Requoting the Brooke posts as for the people who have not read them


----------



## JFTDWS (4 May 2012)

Mithras said:



			And it also begs the question why the Brooke is not doing more to improve practices when it has been in the locus for so long.
		
Click to expand...

Perhaps I misunderstand this comment - are you actually suggesting that a charity commited to providing veterinary care to equines should be diversifying into attempting to alter the prevalent religious beliefs in a region?

I'm not sure there aren't ethical issues with that, before you consider the logistical improbability of success


----------



## Mithras (4 May 2012)

patterdale said:



			They. Don't. Put. Them. Down. Over. There. 

Unless the owner was TOTALLY different from his peers, THIS would be the reason. 

Also, as previously stated, the horse did not die from it's visible injuries but from suspected internal injuries. 
So the owner was probably letting it 'take it's chance.' Not unusual, even among farm animals over here. 

The Brooke had to say SUSPECTED internal injuries as no PM was performed. However if a horse in an RTA dies after being hit but not from visible extreme trauma, it is a fairly safe assumption. Ask any vet.
		
Click to expand...

To be pedantic, we don't know what the owner said or wanted, or whether or not they were present.  The whole thing remains mysterious.

Why on earth are the Brooke not able to encourage euthanasia, after all the time they have spent in the region, in cases such as this?  Or indeed, to administer euthanasia and attribute it to natural causes, as a mercy?

And what kind of vet cannot make an attempt at diagnosing internal injuries from a RTA?

Furthermore, this description does not tally with the OP's description of the injuries.


----------



## Amymay (4 May 2012)

And what kind of vet cannot make an attempt at diagnosing internal injuries from a RTA?
		
Click to expand...

Got to agree with you on this point.


----------



## Mithras (4 May 2012)

JFTD said:



			Perhaps I misunderstand this comment - are you actually suggesting that a charity commited to providing veterinary care to equines should be diversifying into attempting to alter the prevalent religious beliefs in a region?

I'm not sure there aren't ethical issues with that, before you consider the logistical improbability of success 

Click to expand...

No.  Nice attempt at being deliberately inflammatory though.

Although I do think we are getting near the crux of the matter.

Where do you draw the dividing line between caring for people and caring for animals?  Between placating animal's owners and providing mercy?  Its not at all unreasonable to expect a charity such as the Brooke to go some way towards changing mindsets as to humane treatment of animals.  You are talking about one very rigid interpretation of one tent of one religion in that region.  (which is probably to be expected from a "right on" HHOer, but nevertheless...).

At what point does a charity become so emeshed in the local culture that it ceases to bring about improvements?  Obviously the standard of animal care is not so high in Egypt as it is in the UK.  That does not mean the charity has to adopt those standards.

Other charities in the region do more, while remaining sensitive to local customs and beliefs, and there are constant reports concerning the Brooke over this type of allegation.  Being sensitive to local beliefs does not entail adopting them.


----------



## AMH (4 May 2012)

Mithras, I'm afraid I have to start to question your motives here.
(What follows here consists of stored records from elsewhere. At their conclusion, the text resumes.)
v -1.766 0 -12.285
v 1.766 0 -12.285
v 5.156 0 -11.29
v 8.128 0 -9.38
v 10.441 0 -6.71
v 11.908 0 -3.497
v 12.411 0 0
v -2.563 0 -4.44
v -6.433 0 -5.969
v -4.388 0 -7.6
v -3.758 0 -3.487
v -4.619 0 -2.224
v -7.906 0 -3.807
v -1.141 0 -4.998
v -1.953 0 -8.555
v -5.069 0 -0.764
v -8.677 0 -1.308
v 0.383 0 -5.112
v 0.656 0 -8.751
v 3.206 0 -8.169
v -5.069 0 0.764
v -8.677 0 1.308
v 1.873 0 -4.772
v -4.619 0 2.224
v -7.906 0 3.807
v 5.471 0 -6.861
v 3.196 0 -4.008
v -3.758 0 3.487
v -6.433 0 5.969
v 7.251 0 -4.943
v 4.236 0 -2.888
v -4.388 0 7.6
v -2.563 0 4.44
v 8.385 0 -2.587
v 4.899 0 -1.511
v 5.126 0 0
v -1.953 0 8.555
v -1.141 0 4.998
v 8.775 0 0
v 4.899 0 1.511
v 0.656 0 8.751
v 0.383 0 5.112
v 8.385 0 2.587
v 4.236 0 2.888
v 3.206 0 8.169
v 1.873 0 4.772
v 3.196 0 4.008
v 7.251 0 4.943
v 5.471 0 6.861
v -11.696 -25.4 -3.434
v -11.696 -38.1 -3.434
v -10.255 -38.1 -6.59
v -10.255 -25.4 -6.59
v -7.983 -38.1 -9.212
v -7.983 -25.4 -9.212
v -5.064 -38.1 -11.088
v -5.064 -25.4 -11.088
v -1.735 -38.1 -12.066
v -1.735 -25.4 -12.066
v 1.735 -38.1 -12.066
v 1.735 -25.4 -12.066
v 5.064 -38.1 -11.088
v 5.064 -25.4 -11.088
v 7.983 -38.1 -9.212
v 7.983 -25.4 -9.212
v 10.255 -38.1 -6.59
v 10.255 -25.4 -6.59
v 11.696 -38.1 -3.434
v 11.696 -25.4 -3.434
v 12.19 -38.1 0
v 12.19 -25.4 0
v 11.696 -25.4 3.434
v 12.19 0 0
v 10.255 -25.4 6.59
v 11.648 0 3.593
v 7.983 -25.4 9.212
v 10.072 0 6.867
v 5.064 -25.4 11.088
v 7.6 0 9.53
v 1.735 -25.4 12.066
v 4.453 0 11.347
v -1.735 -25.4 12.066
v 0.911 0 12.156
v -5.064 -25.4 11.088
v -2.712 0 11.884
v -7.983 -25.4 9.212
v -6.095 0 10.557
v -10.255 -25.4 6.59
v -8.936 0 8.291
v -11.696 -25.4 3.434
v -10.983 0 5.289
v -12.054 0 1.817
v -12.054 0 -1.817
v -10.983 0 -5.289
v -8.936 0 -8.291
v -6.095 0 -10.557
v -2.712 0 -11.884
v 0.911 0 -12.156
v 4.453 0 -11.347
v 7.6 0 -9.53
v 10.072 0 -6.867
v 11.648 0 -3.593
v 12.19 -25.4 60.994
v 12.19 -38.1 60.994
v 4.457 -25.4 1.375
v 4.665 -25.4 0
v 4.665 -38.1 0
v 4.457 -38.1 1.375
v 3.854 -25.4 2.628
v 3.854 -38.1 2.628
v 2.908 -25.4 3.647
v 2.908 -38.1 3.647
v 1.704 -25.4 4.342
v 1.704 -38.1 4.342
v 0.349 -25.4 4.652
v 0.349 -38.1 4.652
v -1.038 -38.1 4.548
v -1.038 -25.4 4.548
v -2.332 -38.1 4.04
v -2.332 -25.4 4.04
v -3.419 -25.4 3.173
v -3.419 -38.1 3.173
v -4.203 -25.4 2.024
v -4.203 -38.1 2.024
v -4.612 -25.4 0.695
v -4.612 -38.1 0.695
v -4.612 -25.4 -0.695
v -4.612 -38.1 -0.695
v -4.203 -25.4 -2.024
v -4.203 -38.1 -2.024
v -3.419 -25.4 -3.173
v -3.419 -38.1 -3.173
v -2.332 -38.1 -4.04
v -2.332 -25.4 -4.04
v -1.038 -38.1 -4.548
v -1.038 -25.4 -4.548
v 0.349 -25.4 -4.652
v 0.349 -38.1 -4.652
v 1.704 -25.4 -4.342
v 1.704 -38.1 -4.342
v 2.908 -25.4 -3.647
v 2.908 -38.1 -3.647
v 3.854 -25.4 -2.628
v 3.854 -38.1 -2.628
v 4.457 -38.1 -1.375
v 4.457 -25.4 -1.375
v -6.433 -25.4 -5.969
You have stated somewhere (and I'm not trawling through the back and forth posts to find it but I'm pretty sure I've read it) that you have reasons for not donating to the Brooke. 
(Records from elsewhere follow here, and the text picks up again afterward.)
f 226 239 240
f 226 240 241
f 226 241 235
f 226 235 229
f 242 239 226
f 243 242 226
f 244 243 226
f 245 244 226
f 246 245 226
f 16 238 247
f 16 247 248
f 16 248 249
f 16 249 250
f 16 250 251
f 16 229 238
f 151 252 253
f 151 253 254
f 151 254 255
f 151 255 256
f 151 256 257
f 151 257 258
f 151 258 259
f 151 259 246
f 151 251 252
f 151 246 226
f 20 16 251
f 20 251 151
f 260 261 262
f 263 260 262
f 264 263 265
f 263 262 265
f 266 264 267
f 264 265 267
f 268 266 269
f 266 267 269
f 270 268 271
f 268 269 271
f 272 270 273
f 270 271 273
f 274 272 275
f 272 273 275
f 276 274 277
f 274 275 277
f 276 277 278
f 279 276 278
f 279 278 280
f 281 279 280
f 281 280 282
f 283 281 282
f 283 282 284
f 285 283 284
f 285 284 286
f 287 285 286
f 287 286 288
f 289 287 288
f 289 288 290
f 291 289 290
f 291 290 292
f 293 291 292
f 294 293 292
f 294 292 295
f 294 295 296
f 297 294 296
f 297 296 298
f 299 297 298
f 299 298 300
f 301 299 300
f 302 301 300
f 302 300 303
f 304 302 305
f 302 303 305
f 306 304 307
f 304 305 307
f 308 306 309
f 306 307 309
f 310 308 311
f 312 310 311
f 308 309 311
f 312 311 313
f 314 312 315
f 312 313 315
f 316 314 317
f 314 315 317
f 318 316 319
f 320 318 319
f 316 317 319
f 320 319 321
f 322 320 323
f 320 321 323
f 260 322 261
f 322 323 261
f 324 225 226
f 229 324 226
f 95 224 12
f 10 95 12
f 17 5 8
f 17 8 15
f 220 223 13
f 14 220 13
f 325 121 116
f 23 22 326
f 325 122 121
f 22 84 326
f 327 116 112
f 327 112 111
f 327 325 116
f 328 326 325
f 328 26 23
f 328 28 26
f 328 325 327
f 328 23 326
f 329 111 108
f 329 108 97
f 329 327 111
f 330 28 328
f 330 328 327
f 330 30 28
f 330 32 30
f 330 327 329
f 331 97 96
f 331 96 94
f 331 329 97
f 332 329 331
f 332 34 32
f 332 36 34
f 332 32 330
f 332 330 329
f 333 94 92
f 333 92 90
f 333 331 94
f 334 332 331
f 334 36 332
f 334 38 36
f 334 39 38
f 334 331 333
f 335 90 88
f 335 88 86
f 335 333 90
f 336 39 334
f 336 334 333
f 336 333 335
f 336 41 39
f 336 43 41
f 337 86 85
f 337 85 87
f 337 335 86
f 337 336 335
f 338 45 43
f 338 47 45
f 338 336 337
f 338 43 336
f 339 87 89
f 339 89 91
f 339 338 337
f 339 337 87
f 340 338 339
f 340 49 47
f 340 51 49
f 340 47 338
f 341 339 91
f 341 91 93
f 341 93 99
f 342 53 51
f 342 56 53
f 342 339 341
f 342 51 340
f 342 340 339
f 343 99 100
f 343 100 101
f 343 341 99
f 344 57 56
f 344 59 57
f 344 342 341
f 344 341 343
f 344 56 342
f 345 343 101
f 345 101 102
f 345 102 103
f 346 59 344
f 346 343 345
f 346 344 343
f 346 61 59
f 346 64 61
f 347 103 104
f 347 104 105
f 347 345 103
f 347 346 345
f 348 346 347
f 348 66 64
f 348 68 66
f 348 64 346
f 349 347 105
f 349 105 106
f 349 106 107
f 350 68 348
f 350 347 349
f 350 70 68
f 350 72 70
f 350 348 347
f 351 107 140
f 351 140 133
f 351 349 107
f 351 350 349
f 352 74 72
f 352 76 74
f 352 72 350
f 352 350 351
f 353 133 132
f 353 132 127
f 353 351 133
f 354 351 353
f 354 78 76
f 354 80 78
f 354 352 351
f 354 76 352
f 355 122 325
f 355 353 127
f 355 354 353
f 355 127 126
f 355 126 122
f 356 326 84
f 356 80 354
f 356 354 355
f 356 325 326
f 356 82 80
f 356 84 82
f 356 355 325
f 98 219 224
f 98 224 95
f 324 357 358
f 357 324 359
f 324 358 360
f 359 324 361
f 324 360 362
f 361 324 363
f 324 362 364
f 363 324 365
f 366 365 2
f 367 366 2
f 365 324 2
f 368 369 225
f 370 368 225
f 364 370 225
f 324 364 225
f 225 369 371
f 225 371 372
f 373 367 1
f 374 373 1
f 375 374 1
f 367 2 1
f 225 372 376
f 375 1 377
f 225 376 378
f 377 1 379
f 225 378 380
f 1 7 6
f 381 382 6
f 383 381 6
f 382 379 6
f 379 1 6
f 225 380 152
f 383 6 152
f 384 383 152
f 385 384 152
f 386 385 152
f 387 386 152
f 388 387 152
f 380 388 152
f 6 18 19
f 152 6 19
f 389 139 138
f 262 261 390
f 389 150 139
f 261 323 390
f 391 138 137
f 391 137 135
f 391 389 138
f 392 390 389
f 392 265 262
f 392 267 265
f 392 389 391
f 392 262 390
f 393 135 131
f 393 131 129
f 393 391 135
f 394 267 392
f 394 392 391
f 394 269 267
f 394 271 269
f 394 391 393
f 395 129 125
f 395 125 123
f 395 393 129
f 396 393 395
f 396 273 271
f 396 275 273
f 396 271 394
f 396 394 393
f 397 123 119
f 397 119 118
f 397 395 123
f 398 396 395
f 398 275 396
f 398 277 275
So I have to question how disinterested your arguments. Most of those who are expressing concerns about allegations made agains the Brooke have stated that they are not supporters of the Brooke but are merely concerned with the soundness of the basis of the allegations made.

I REALLY object to your comments regarding suppression of information. I have no interest in trying to suppress evidence of mismanagement or neglect on the part of this or any other member of the Brooke's staff. But I fail to see why I should be expected to take the OP's comments as gospel.

I'm not interested whether you have professional experience of this kind of thing or not. I'm entitled to question the validity of the OP's comments without being told I'm involved in a cover-up!


----------



## Patterdale (4 May 2012)

One without x-ray vision? Or a crystal ball...? If your vet can see and diagnose the innards of a horse with just his eyes he must be a hell of a chap. 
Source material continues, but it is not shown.